We have run all the experiments on a single GPU NVIDIA GeForce GTX 1080 (12 Gb of GPU memory).

Creating the Environment

Before proceeding, we recommend creating a separate environment to run the code, and then installing the packages in requirements.txt:

conda create -n consistent-el python=3.9
conda activate consistent-el
pip install -r requirements.txt

Install pytorch that corresponds to your cuda version. The default pytorch installation command is:

pip install torch torchvision torchaudio

Datasets

In the present work we use two datasets:

DWIE (Zaporojets et al., 2021): this is an entity-centric multi-tasking dataset that contains, among others, entity linking and coreference resolution annotations.
AIDA+: this is a dataset introduced in the current work and is based on the widely used AIDA (Hoffart et al., 2011) entity linking dataset. We extend AIDA annotations with:
1. NIL coreference clusters: we grouped all the mentions that are not linked to any entity in Wikipedia (NIL mentions) in coreference clusters. This resulted in 4,284 NIL coreference clusters which are exploited by our joint coreference and entity linking architecture.
2. Consistent cluster-driven entity linking annotations: we observed that some entity linking annotations in AIDA are not complete, with only some of the mentions referring to a specific entity annotated in a document. We extended these annotations to make sure that all the coreferent mentions in the document are linked to the same entity in the Wikipedia Knowledge Base. This increased the number of linked mentions from 27,817 in AIDA to 28,813 in AIDA+ (see Table 1 in our paper).

Instructions to Download the Datasets

To download DWIE and AIDA+ datasets as well as additional files such as entity embeddings and alias tables, the following script has to be executed:

./scripts/download_data.sh

After the script is executed, the directory structure should look as follows:

├── data
│   ├── aida+
│   └── dwie
├── embeddings
│   ├── entity_embeddings
│   └── token_embeddings
├── experiments
│   ├── aida-global
│   ├── aida-local 
│   ├── aida-standalone-coreference 
│   ├── aida-standalone-linking 
│   ├── dwie-global 
│   ├── dwie-local 
│   ├── dwie-standalone-coreference 
│   └── dwie-standalone-linking 
├── scripts
└── src

Experiments

The configuration files (config.json) of each of the experiments to reproduce the results of the paper are located inside the experiments/ directory. The names of the experiments are self-explanatory and correspond to the architectures described in the paper (Dtandalone, Local and Global).

Training

The training script is located in src/train.py, it takes two arguments:

--config_file: the configuration file to run one of the experiments in experiments directory (the names of experiment config files are self explanatory).
--output_path: the directory where the output model, results and tensorboard logs are going to be saved.

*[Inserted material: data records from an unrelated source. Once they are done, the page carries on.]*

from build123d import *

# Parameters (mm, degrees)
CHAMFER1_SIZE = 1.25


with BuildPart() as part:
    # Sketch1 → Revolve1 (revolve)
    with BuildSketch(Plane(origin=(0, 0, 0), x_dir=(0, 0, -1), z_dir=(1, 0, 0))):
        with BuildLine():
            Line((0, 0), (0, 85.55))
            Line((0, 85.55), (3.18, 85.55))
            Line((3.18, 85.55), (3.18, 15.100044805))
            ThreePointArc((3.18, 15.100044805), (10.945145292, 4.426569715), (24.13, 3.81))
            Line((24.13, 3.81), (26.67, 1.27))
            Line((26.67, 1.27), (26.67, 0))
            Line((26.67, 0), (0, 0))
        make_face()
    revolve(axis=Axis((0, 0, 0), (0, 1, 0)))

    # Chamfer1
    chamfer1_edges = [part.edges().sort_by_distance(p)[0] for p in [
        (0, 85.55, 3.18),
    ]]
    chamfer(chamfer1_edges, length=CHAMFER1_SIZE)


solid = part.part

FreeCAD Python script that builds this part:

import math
import FreeCAD as App
import Part
import Sketcher

V = App.Vector
Q = App.Units.Quantity


def edges_at(feature, points):
    """Names of the edges that pass closest to the given points."""
    edges = feature.Shape.Edges
    near = lambda p: min(range(len(edges)), key=lambda i: edges[i].distToShape(Part.Vertex(*p))[0])
    return sorted({f"Edge{near(p) + 1}" for p in points})

doc = App.newDocument("Part")
body = doc.addObject("PartDesign::Body", "Body")

sketch1 = body.newObject("Sketcher::SketchObject", "Sketch")
sketch1.AttachmentSupport = (doc.getObject("YZ_Plane"), [""])
sketch1.MapMode = "FlatFace"
sketch1.addGeometry([
    Part.LineSegment(V(85.5, 0, 0), V(0, 0, 0)),
    Part.LineSegment(V(0, 0, 0), V(0, -26.7, 0)),
    Part.LineSegment(V(0, -26.7, 0), V(1.3, -26.7, 0)),
    Part.LineSegment(V(1.3, -26.7, 0), V(3.8, -24.1, 0)),
    Part.ArcOfCircle(Part.Circle(V(17.9, -18.2, 0), V(0, 0, 1), 15.2), math.radians(100), math.radians(203)),
    Part.LineSegment(V(15.1, -3.2, 0), V(85.5, -3.2, 0)),
    Part.LineSegment(V(85.5, -3.2, 0), V(85.5, 0, 0)),
], False)
sketch1.addConstraint([
    Sketcher.Constraint("Coincident", 0, 2, 1, 1),
    Sketcher.Constraint("Coincident", 1, 2, 2, 1),
    Sketcher.Constraint("Coincident", 2, 2, 3, 1),
    Sketcher.Constraint("Coincident", 3, 2, 4, 2),
    Sketcher.Constraint("Coincident", 4, 1, 5, 1),
    Sketcher.Constraint("Coincident", 5, 2, 6, 1),
    Sketcher.Constraint("Coincident", 6, 2, 0, 1),
    Sketcher.Constraint("Horizontal", 0),
    Sketcher.Constraint("Vertical", 1),
    Sketcher.Constraint("Horizontal", 2),
    Sketcher.Constraint("Horizontal", 5),
    Sketcher.Constraint("Vertical", 6),
    Sketcher.Constraint("Coincident", 0, 2, -1, 1),
    Sketcher.Constraint("Angle", 3, Q("45 deg")),
    Sketcher.Constraint("DistanceX", 2, 1, 2, 2, Q("0.05 in")),
    Sketcher.Constraint("DistanceY", 1, 2, 1, 1, Q("1.05 in")),
    Sketcher.Constraint("DistanceX", 2, 2, 3, 2, Q("0.1 in")),
    Sketcher.Constraint("Radius", 4, 15.25),
    Sketcher.Constraint("DistanceX", 0, 2, 0, 1, 85.55),
    Sketcher.Constraint("DistanceY", 6, 1, 6, 2, 3.18),
    Sketcher.Constraint("DistanceX", 5, 1, 5, 2, 70.449955),
])
revolution = body.newObject("PartDesign::Revolution", "Revolution")
revolution.Profile = sketch1
revolution.ReferenceAxis = (sketch1, ["H_Axis"])
revolution.Angle = 360
doc.recompute()

chamfer = body.newObject("PartDesign::Chamfer", "Chamfer")
chamfer.Base = (revolution, edges_at(revolution, [(0, 85.55, 3.18)]))
chamfer.Size = 1.25

doc.recompute()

For example, to train a global model on DWIE dataset, we can execute:

mkdir experiments/dwie-global/e1/
python -u src/train.py \
--config_file experiments/dwie-global/config.json \
--output_path experiments/dwie-global/e1/ 2>&1 | tee experiments/dwie-global/e1/output_train.log

After the training is finished, the resulting directory tree inside --output_path subdirectory should look as follows:

├── predictions/
├── stored_models/
├── tensorboard_logs/
├── dictionaries/
├── commit_info.json
└── output_train.log

Where predictions/ contains the predictions for each of the subsets of the dataset used for training. stored_models/ contains the serialized pytorch models. tensorboard_logs are the logs saved during training. Finally, dictionaries subdirectory contains the used dictionaries (e.g., the dictionary of the entities) that map the human-readable entries to internally used ids by the model. The commit_info.json and output_train.log files contain the commit hash and the textual logs respectively.

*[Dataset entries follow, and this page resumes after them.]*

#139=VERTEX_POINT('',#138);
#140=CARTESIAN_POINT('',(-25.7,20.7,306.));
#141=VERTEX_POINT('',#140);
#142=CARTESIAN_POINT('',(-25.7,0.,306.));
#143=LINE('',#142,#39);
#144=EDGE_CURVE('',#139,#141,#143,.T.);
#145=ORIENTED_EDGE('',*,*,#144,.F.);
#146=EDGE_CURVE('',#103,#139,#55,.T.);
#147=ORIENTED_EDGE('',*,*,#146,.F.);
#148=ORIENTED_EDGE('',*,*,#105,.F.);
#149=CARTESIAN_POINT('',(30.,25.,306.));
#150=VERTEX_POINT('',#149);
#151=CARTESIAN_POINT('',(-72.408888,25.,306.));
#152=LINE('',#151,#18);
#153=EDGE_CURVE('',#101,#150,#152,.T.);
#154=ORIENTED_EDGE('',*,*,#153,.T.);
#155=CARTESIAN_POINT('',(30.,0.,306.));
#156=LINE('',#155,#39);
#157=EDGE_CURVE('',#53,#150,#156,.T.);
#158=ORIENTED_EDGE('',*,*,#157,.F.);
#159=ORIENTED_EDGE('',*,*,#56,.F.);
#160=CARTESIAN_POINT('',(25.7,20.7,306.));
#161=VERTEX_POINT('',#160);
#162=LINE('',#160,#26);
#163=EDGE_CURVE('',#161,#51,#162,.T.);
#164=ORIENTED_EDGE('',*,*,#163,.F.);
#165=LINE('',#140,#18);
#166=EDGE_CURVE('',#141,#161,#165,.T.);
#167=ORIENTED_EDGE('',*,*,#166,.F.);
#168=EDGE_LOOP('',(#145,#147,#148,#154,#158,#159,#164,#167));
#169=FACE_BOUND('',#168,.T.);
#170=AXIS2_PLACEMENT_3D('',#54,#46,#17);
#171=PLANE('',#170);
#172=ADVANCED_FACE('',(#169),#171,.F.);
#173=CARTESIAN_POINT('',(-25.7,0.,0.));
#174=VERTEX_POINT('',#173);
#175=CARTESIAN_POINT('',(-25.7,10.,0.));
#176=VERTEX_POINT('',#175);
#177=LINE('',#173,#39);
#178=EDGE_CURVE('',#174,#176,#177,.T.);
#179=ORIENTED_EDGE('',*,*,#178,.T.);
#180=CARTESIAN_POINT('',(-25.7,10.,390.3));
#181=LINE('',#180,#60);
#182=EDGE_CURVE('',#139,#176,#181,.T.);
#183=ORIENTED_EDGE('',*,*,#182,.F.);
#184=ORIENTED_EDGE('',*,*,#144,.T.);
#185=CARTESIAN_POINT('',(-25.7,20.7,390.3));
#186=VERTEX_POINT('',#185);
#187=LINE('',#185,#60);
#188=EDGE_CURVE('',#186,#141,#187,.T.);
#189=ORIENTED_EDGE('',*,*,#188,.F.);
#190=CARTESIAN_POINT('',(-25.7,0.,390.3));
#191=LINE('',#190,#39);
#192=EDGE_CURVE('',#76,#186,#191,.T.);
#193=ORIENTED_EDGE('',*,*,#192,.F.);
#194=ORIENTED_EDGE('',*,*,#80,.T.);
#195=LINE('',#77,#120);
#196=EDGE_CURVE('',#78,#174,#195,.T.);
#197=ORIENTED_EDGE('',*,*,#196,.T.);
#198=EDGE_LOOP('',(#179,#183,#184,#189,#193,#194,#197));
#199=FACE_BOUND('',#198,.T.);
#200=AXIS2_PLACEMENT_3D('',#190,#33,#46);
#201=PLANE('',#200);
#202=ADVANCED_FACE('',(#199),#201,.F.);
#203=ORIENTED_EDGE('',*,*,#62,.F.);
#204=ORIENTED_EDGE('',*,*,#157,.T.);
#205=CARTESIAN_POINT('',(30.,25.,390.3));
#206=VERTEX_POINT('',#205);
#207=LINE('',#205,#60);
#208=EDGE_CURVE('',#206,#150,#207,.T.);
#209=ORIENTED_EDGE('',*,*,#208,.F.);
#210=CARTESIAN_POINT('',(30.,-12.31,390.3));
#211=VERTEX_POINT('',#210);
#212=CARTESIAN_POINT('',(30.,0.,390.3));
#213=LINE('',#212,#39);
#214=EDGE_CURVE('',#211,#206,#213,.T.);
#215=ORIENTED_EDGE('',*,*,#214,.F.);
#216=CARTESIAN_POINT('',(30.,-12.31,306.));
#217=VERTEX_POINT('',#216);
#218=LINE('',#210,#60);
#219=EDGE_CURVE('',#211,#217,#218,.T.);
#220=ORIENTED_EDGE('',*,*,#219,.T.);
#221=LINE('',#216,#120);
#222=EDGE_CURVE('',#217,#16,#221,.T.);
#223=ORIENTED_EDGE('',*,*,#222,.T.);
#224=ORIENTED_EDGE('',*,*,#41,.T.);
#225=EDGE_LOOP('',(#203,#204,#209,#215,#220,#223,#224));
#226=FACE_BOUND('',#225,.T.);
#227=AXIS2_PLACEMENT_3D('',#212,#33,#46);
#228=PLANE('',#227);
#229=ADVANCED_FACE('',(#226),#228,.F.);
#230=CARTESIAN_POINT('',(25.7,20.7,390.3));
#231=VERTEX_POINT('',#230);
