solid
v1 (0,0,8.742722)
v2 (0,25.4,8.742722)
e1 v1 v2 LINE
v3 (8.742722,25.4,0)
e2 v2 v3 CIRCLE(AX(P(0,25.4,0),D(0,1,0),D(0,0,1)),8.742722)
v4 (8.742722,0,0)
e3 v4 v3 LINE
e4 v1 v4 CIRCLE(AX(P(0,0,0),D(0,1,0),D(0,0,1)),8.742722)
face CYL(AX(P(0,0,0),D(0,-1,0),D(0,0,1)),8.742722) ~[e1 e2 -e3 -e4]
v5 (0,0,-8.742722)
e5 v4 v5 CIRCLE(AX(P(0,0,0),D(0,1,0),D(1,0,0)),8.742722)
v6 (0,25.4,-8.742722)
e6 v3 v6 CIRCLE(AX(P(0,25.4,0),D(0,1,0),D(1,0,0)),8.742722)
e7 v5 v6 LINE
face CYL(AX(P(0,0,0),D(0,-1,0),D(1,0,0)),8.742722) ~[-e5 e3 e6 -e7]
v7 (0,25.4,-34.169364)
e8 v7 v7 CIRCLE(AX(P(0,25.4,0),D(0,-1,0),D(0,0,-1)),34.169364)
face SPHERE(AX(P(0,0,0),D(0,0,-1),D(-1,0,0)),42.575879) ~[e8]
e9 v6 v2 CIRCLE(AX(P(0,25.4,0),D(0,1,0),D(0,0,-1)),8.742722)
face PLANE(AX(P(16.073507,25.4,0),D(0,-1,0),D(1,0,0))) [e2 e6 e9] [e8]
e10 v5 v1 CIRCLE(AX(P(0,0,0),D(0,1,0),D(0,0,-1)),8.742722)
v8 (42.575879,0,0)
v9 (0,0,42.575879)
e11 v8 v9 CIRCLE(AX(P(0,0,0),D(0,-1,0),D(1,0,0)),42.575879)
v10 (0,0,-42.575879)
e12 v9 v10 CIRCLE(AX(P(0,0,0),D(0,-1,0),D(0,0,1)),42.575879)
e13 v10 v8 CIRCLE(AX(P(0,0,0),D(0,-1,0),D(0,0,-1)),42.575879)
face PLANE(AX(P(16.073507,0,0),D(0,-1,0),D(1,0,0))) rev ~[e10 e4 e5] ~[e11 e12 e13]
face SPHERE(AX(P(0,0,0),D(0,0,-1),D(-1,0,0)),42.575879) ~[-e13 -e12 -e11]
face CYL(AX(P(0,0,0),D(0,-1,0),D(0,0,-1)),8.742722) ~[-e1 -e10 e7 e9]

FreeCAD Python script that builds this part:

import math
import FreeCAD as App
import Part
import Sketcher
Q = App.Units.Quantity

doc = App.newDocument("Part")
params = doc.addObject("Spreadsheet::Sheet", "Params")
for row, (alias, value) in enumerate([
    ("revolution_angle", "360 deg"),
    ("pocket1_length", "1 in"),
], start=1):
    params.set(f"A{row}", alias)
    params.set(f"B{row}", "=" + value)
    params.setAlias(f"B{row}", alias)

body = doc.addObject("PartDesign::Body", "Body")

sketch1 = body.newObject("Sketcher::SketchObject", "Sketch")
sketch1.AttachmentSupport = (doc.getObject("XZ_Plane"), [""])
sketch1.MapMode = "FlatFace"
sketch1.addGeometry([
    Part.ArcOfCircle(Part.Circle(App.Vector(0, 0, 0), App.Vector(0, 0, 1), 43), math.radians(90), math.radians(270)),
    Part.LineSegment(App.Vector(0, -43, 0), App.Vector(0, 43, 0)),
], False)
sketch1.addConstraint([
    Sketcher.Constraint("Coincident", 0, 1, 1, 2),
    Sketcher.Constraint("Coincident", 1, 1, 0, 2),
    Sketcher.Constraint("Vertical", 1),
    Sketcher.Constraint("Coincident", 0, 3, -1, 1),
    Sketcher.Constraint("PointOnObject", 0, 1, -2),
    Sketcher.Constraint("Radius", 0, Q("42.575879 mm")),
])
revolution = body.newObject("PartDesign::Revolution", "Revolution")
revolution.Profile = sketch1
revolution.ReferenceAxis = (sketch1, ["V_Axis"])
revolution.setExpression("Angle", "Params.revolution_angle")

sketch2 = body.newObject("Sketcher::SketchObject", "Sketch001")
sketch2.AttachmentSupport = (doc.getObject("XZ_Plane"), [""])
sketch2.MapMode = "FlatFace"
sketch2.addGeometry([
    Part.ArcOfCircle(Part.Circle(App.Vector(0, 0, 0), App.Vector(0, 0, 1), 43), math.radians(-90), math.radians(0)),
    Part.ArcOfCircle(Part.Circle(App.Vector(0, 0, 0), App.Vector(0, 0, 1), 43), math.radians(0), math.radians(90)),
    Part.ArcOfCircle(Part.Circle(App.Vector(0, 0, 0), App.Vector(0, 0, 1), 43), math.radians(90), math.radians(270)),
    Part.ArcOfCircle(Part.Circle(App.Vector(0, 0, 0), App.Vector(0, 0, 1), 9), math.radians(0), math.radians(90)),
    Part.ArcOfCircle(Part.Circle(App.Vector(0, 0, 0), App.Vector(0, 0, 1), 9), math.radians(-90), math.radians(0)),
    Part.ArcOfCircle(Part.Circle(App.Vector(0, 0, 0), App.Vector(0, 0, 1), 9), math.radians(90), math.radians(270)),
], False)
sketch2.addConstraint([
    Sketcher.Constraint("Tangent", 0, 2, 1, 1),
    Sketcher.Constraint("Tangent", 1, 2, 2, 1),
    Sketcher.Constraint("Tangent", 2, 2, 0, 1),
    Sketcher.Constraint("Tangent", 3, 1, 4, 2),
    Sketcher.Constraint("Tangent", 4, 1, 5, 2),
    Sketcher.Constraint("Tangent", 5, 1, 3, 2),
    Sketcher.Constraint("Coincident", 0, 3, -1, 1),
    Sketcher.Constraint("Coincident", 3, 3, -1, 1),
    Sketcher.Constraint("PointOnObject", 0, 2, -1),
    Sketcher.Constraint("PointOnObject", 1, 2, -2),
    Sketcher.Constraint("PointOnObject", 2, 2, -2),
    Sketcher.Constraint("PointOnObject", 3, 1, -1),
    Sketcher.Constraint("PointOnObject", 4, 1, -2),
    Sketcher.Constraint("PointOnObject", 5, 1, -2),
    Sketcher.Constraint("Radius", 0, Q("42.575879 mm")),
    Sketcher.Constraint("Radius", 3, Q("8.742722 mm")),
])
pocket1 = body.newObject("PartDesign::Pocket", "Pocket")
pocket1.Profile = sketch2
pocket1.setExpression("Length", "Params.pocket1_length")

doc.recompute()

To obtain the results reported in the paper, we trained 5 different models (initialized with random weights) for each of the studied architectural setups (Standalone, Local, and Global). The script to do this is:

./scripts/train_all.sh

Alternatively, the following scripts allows to train only a single model per architecture:

./scripts/train_once.sh

Predicting Using Previously Saved Model

As mentioned above (see Training), the trained models are saved into stored_models inside each of the experiment directories. These models can be loaded and used to evaluate a given dataset using src/evaluate.py script. For example:

python -u src/evaluate.py \
--config_file experiments/aida-global/config.json \
--model_path experiments/aida-global/e1/stored_models/last.model \
--output_path experiments/aida-global/e1_evaluate/ 2>&1 \
| tee experiments/aida-global/e1/output_evaluate.log

will use the model stored in --model_path to predict on the subsets listed inside trainer.evaluate of --config_file, and save the predictions in output_path subdirectory.

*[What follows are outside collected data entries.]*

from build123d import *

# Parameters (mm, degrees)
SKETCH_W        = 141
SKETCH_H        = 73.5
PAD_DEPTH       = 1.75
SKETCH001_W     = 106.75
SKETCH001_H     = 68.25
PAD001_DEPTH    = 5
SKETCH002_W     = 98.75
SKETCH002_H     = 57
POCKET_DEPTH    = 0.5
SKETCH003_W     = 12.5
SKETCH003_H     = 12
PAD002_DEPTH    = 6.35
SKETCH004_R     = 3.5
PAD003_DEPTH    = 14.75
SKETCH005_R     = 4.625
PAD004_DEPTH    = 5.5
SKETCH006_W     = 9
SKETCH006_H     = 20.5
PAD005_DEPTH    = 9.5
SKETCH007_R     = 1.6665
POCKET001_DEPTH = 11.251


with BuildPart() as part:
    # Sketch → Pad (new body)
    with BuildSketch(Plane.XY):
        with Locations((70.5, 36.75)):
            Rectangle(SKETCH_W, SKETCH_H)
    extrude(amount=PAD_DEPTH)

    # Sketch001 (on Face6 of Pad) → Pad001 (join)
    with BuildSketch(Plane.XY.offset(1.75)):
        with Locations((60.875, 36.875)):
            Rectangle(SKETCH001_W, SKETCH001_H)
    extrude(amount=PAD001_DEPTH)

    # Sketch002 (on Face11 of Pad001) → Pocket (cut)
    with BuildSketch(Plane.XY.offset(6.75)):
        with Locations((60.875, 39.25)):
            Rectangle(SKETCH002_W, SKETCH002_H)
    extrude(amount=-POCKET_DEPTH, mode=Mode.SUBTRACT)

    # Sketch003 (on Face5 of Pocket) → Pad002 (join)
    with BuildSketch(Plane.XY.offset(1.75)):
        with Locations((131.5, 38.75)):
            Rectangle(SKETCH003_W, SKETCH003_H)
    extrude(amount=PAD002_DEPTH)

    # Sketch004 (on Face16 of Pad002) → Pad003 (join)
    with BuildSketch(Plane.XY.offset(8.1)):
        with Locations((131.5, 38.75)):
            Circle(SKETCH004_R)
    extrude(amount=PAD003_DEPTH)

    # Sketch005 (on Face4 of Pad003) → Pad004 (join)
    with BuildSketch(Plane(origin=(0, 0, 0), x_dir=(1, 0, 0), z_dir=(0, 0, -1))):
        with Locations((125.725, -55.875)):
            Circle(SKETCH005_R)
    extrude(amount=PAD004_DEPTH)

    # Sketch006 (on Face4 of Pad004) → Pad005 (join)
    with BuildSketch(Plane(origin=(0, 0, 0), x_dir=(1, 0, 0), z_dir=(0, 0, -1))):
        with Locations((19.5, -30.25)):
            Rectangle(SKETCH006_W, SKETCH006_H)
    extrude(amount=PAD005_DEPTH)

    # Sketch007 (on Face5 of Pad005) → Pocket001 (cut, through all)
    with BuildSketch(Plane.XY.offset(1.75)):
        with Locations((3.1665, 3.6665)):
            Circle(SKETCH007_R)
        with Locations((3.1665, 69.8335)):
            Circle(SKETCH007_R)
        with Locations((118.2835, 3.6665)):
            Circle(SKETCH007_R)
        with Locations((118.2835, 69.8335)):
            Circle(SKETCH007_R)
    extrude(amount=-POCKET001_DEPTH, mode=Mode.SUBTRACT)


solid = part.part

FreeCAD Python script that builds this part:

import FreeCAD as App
import Part
import Sketcher
from FreeCAD import Vector
Q = App.Units.Quantity

doc = App.newDocument("Part")
params = doc.addObject("Spreadsheet::Sheet", "Params")
for row, (alias, value) in enumerate([
    ("sketch1_width", "141 mm"),
    ("sketch1_height", "73.5 mm"),
    ("pad1_length", "1.75 mm"),
    ("sketch2_width", "106.75 mm"),
    ("sketch2_height", "68.25 mm"),
    ("pad2_length", "5 mm"),
    ("sketch3_height", "57 mm"),
    ("sketch3_width", "98.75 mm"),
    ("pocket1_length", "0.5 mm"),
    ("sketch4_height", "12 mm"),
    ("sketch4_width", "12.5 mm"),
    ("pad3_length", "6.35 mm"),
    ("sketch5_diameter", "7 mm"),
    ("pad4_length", "14.75 mm"),
    ("sketch6_diameter", "9.25 mm"),
    ("pad5_length", "5.5 mm"),
    ("sketch7_width", "9 mm"),
    ("sketch7_height", "20.5 mm"),
    ("pad6_length", "9.5 mm"),
], start=1):
    params.set(f"A{row}", alias)
    params.set(f"B{row}", "=" + value)
    params.setAlias(f"B{row}", alias)

body = doc.addObject("PartDesign::Body", "Body")

# Sketch on XY plane
sketch1 = doc.addObject("Sketcher::SketchObject", "Sketch")
body.addObject(sketch1)
sketch1.AttachmentSupport = (doc.XY_Plane, [""])
sketch1.MapMode = "FlatFace"
sketch1.addGeometry(Part.LineSegment(Vector(0, 74, 0), Vector(0, 0, 0)), False)
sketch1.addGeometry(Part.LineSegment(Vector(0, 0, 0), Vector(141, 0, 0)), False)
sketch1.addGeometry(Part.LineSegment(Vector(141, 0, 0), Vector(141, 74, 0)), False)
sketch1.addGeometry(Part.LineSegment(Vector(141, 74, 0), Vector(0, 74, 0)), False)
sketch1.addConstraint(Sketcher.Constraint("Coincident", 0, 2, 1, 1))
sketch1.addConstraint(Sketcher.Constraint("Coincident", 1, 2, 2, 1))
sketch1.addConstraint(Sketcher.Constraint("Coincident", 2, 2, 3, 1))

Evaluating the Predictions

We evaluate the predictions using the following metrics:

Entity Linking mention-based (ELm) F1: counts a true positive if the mention boundaries and the mention link is correctly predicted.
Entity Linking entity-based (ELh) F1: counts a true positive only if both the coreference cluster (in terms of all its mention spans boundaries) and the entity link are correctly predicted.
Average Coreference Resolution (Coref Avg.) F1: we calculate the average-F1 score of com- monly used MUC (Vilain et al., 1995), B-cubed (Bagga and Baldwin, 1998) and CEAFe (Luo, 2005).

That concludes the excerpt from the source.